Stored data
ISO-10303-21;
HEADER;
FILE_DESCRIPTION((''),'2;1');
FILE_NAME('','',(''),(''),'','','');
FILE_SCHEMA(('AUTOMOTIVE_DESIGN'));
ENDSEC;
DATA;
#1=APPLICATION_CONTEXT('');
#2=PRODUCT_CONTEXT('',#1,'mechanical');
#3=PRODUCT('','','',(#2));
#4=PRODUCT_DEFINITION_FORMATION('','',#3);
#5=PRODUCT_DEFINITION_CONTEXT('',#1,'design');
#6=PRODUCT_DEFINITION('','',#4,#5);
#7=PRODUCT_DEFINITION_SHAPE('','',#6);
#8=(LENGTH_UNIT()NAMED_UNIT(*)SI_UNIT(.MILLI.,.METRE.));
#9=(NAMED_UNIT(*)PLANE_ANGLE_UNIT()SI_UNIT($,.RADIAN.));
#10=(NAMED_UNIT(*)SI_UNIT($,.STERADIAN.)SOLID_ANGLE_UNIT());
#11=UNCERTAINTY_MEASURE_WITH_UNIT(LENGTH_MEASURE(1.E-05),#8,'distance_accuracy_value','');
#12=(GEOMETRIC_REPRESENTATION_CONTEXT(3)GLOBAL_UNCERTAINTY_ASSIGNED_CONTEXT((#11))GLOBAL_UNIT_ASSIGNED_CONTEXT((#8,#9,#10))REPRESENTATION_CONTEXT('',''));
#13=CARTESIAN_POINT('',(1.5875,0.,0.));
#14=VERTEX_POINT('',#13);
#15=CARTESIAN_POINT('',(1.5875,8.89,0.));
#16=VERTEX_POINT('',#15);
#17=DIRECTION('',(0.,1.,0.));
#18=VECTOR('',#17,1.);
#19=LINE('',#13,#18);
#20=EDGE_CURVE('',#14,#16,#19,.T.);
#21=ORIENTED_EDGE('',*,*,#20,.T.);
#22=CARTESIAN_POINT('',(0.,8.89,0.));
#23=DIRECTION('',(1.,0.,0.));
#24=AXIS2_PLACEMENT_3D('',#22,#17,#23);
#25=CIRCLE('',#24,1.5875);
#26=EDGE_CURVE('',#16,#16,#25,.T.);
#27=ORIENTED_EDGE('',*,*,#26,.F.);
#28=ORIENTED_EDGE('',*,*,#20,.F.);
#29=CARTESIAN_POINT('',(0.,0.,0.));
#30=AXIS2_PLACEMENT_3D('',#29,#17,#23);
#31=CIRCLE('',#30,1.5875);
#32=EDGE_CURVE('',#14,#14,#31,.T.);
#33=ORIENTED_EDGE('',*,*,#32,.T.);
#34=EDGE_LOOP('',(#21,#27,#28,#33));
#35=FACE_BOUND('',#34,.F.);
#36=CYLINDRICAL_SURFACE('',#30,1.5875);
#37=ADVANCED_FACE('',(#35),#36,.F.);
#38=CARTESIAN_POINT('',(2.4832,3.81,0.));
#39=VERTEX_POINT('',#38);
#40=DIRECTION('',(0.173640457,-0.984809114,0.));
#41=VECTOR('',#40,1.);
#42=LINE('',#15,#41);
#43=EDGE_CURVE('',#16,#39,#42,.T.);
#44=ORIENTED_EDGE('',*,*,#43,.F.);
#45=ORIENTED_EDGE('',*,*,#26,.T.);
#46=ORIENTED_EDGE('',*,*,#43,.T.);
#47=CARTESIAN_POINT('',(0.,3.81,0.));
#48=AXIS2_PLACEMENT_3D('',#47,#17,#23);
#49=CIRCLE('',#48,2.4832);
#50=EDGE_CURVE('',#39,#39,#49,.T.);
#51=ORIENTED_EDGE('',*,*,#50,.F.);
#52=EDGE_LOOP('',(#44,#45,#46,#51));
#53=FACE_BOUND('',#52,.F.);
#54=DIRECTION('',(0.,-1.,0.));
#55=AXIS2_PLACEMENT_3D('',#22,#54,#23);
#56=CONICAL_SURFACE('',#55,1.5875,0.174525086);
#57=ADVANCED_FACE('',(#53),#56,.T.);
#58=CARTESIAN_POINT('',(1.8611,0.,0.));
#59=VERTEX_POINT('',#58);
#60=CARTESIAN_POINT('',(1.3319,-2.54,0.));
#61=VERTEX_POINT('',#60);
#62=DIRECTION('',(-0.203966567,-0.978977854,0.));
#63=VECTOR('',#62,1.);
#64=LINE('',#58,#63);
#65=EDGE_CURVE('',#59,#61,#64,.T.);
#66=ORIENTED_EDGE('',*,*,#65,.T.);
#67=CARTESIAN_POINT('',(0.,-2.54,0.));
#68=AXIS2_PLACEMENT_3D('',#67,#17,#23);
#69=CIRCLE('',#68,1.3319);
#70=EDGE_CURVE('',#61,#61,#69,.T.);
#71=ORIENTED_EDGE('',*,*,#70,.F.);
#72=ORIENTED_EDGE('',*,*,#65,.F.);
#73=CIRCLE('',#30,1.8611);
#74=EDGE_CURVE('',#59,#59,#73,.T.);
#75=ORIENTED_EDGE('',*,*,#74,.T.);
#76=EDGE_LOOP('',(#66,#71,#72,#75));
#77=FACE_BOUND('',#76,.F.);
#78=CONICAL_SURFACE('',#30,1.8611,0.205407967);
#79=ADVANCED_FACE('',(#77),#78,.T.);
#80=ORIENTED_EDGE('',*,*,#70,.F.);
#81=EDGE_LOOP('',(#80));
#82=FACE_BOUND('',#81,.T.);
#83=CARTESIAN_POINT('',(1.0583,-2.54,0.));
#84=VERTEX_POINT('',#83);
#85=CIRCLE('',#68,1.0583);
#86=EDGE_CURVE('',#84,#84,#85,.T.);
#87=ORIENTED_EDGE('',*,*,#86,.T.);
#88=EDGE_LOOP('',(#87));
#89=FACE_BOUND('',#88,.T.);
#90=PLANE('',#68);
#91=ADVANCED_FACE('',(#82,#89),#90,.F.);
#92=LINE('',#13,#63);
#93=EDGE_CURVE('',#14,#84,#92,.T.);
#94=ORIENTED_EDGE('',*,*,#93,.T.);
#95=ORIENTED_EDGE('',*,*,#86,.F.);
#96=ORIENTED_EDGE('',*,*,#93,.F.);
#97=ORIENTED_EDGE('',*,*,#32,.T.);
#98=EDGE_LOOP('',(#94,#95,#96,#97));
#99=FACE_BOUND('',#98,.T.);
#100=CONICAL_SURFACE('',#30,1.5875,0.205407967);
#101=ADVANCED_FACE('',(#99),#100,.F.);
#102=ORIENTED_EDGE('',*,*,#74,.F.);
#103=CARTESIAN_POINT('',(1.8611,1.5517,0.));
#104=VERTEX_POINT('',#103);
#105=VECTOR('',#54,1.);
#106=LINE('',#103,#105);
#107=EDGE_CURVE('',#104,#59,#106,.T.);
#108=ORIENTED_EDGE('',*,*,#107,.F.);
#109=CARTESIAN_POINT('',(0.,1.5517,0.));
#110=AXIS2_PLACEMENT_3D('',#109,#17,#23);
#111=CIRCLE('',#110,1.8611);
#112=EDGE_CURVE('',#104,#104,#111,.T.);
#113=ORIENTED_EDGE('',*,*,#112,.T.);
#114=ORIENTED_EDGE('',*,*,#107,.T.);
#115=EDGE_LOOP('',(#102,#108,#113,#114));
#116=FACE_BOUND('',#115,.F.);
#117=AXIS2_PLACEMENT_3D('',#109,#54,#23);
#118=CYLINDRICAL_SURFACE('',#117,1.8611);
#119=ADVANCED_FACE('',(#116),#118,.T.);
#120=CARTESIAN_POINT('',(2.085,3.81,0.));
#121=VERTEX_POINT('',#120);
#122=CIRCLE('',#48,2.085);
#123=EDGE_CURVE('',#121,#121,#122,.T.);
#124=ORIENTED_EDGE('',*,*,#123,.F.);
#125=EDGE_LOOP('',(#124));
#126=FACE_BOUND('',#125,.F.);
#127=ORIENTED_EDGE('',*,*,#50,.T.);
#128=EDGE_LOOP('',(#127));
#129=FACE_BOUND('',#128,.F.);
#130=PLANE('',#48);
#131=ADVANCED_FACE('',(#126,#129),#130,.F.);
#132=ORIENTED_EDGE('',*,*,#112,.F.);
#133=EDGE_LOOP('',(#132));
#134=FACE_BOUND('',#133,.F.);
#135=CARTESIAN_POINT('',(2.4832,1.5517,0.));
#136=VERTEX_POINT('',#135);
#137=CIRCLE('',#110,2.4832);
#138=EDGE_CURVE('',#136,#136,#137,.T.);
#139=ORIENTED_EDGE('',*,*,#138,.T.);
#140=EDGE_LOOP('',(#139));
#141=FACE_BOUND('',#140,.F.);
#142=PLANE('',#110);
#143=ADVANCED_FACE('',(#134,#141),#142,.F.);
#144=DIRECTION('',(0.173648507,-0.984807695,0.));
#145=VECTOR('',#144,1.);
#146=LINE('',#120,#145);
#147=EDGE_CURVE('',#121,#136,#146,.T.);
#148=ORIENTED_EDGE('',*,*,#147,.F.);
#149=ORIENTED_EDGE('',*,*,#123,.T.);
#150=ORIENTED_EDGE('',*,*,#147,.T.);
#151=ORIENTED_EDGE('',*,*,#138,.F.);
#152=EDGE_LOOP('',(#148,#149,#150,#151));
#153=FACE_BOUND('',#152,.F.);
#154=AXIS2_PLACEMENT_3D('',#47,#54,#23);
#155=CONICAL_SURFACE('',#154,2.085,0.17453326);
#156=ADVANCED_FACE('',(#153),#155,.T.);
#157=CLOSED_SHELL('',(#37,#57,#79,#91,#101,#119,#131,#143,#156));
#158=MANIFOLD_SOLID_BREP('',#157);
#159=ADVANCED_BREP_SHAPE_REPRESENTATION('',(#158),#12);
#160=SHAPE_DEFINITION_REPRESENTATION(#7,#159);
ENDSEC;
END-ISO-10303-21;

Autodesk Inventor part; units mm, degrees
ref_plane "YZ Plane" through (0, 0, 0) normal (1, 0, 0) x (0, 1, 0)
ref_plane "XZ Plane" through (0, 0, 0) normal (0, 1, 0) x (-1, 0, 0)
ref_plane "XY Plane" through (0, 0, 0) normal (0, 0, 1) x (1, 0, 0)
sketch "Sketch1" plane through (0, 0, 0) normal (0, 0, 1) x (1, 0, 0)
  line L0 (1.5875, 0) -> (1.5875, 8.89)
  line L1 (1.5875, 8.89) -> (2.4832, 3.81)
  line L2 (1.5875, 8.89) -> (6.7459, 8.89) construction
  line L3 (2.4832, 3.81) -> (2.085, 3.81)
  line L4 (2.085, 3.81) -> (2.4832, 1.5517)
  line L5 (2.4832, 1.5517) -> (1.8611, 1.5517)
  line L6 (1.8611, 1.5517) -> (1.8611, 0)
  line L7 (1.8611, 0) -> (1.5875, 0)
  line L8 (0, -4.826) -> (0, 11.176) projected
  line L9 (1.5875, 0) -> (1.8611, 0)
  line L10 (1.8611, 0) -> (1.8611, -2.54) construction
  line L11 (1.8611, -2.54) -> (1.5875, -2.54) construction
  line L12 (1.5875, -2.54) -> (1.5875, 0) construction
  line L13 (1.5875, 0) -> (1.0583, -2.54)
  line L14 (1.0583, -2.54) -> (1.5875, -2.54) construction
  line L15 (1.8611, 0) -> (1.3319, -2.54)
  line L16 (1.0583, -2.54) -> (1.3319, -2.54)
  point P0 (0, 0)
  point P1 (2.1722, 1.5517)
  dimension "d1" = 1.5875
  dimension "d3" = 0
  dimension "d4" = 80
  dimension "d5" = 0.3982
  dimension "d6" = 2.2583
  dimension "d7" = 1.5517
  dimension "d8" = 1.8611
  dimension "d10" = 8.89
  dimension "d11" = 2.54
  dimension "d12" = 0.2736
  dimension "d17" = 0.2736
  dimension "d18" = 1.0583
revolve "Revolution2" add sketch "Sketch1" angle 360 about axis through (0, -10, 0) along (0, 1, 0)
properties part number "eigthinch"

_About this task_: Above are some lines. Repeat exactly, and only, those from the line that has "#130=PLANE('',#48);" through the line that has "#147=EDGE_CURVE('',#121,#136,#146,.T.);".

_Response for this exercise_:
#130=PLANE('',#48);
#131=ADVANCED_FACE('',(#126,#129),#130,.F.);
#132=ORIENTED_EDGE('',*,*,#112,.F.);
#133=EDGE_LOOP('',(#132));
#134=FACE_BOUND('',#133,.F.);
#135=CARTESIAN_POINT('',(2.4832,1.5517,0.));
#136=VERTEX_POINT('',#135);
#137=CIRCLE('',#110,2.4832);
#138=EDGE_CURVE('',#136,#136,#137,.T.);
#139=ORIENTED_EDGE('',*,*,#138,.T.);
#140=EDGE_LOOP('',(#139));
#141=FACE_BOUND('',#140,.F.);
#142=PLANE('',#110);
#143=ADVANCED_FACE('',(#134,#141),#142,.F.);
#144=DIRECTION('',(0.173648507,-0.984807695,0.));
#145=VECTOR('',#144,1.);
#146=LINE('',#120,#145);
#147=EDGE_CURVE('',#121,#136,#146,.T.);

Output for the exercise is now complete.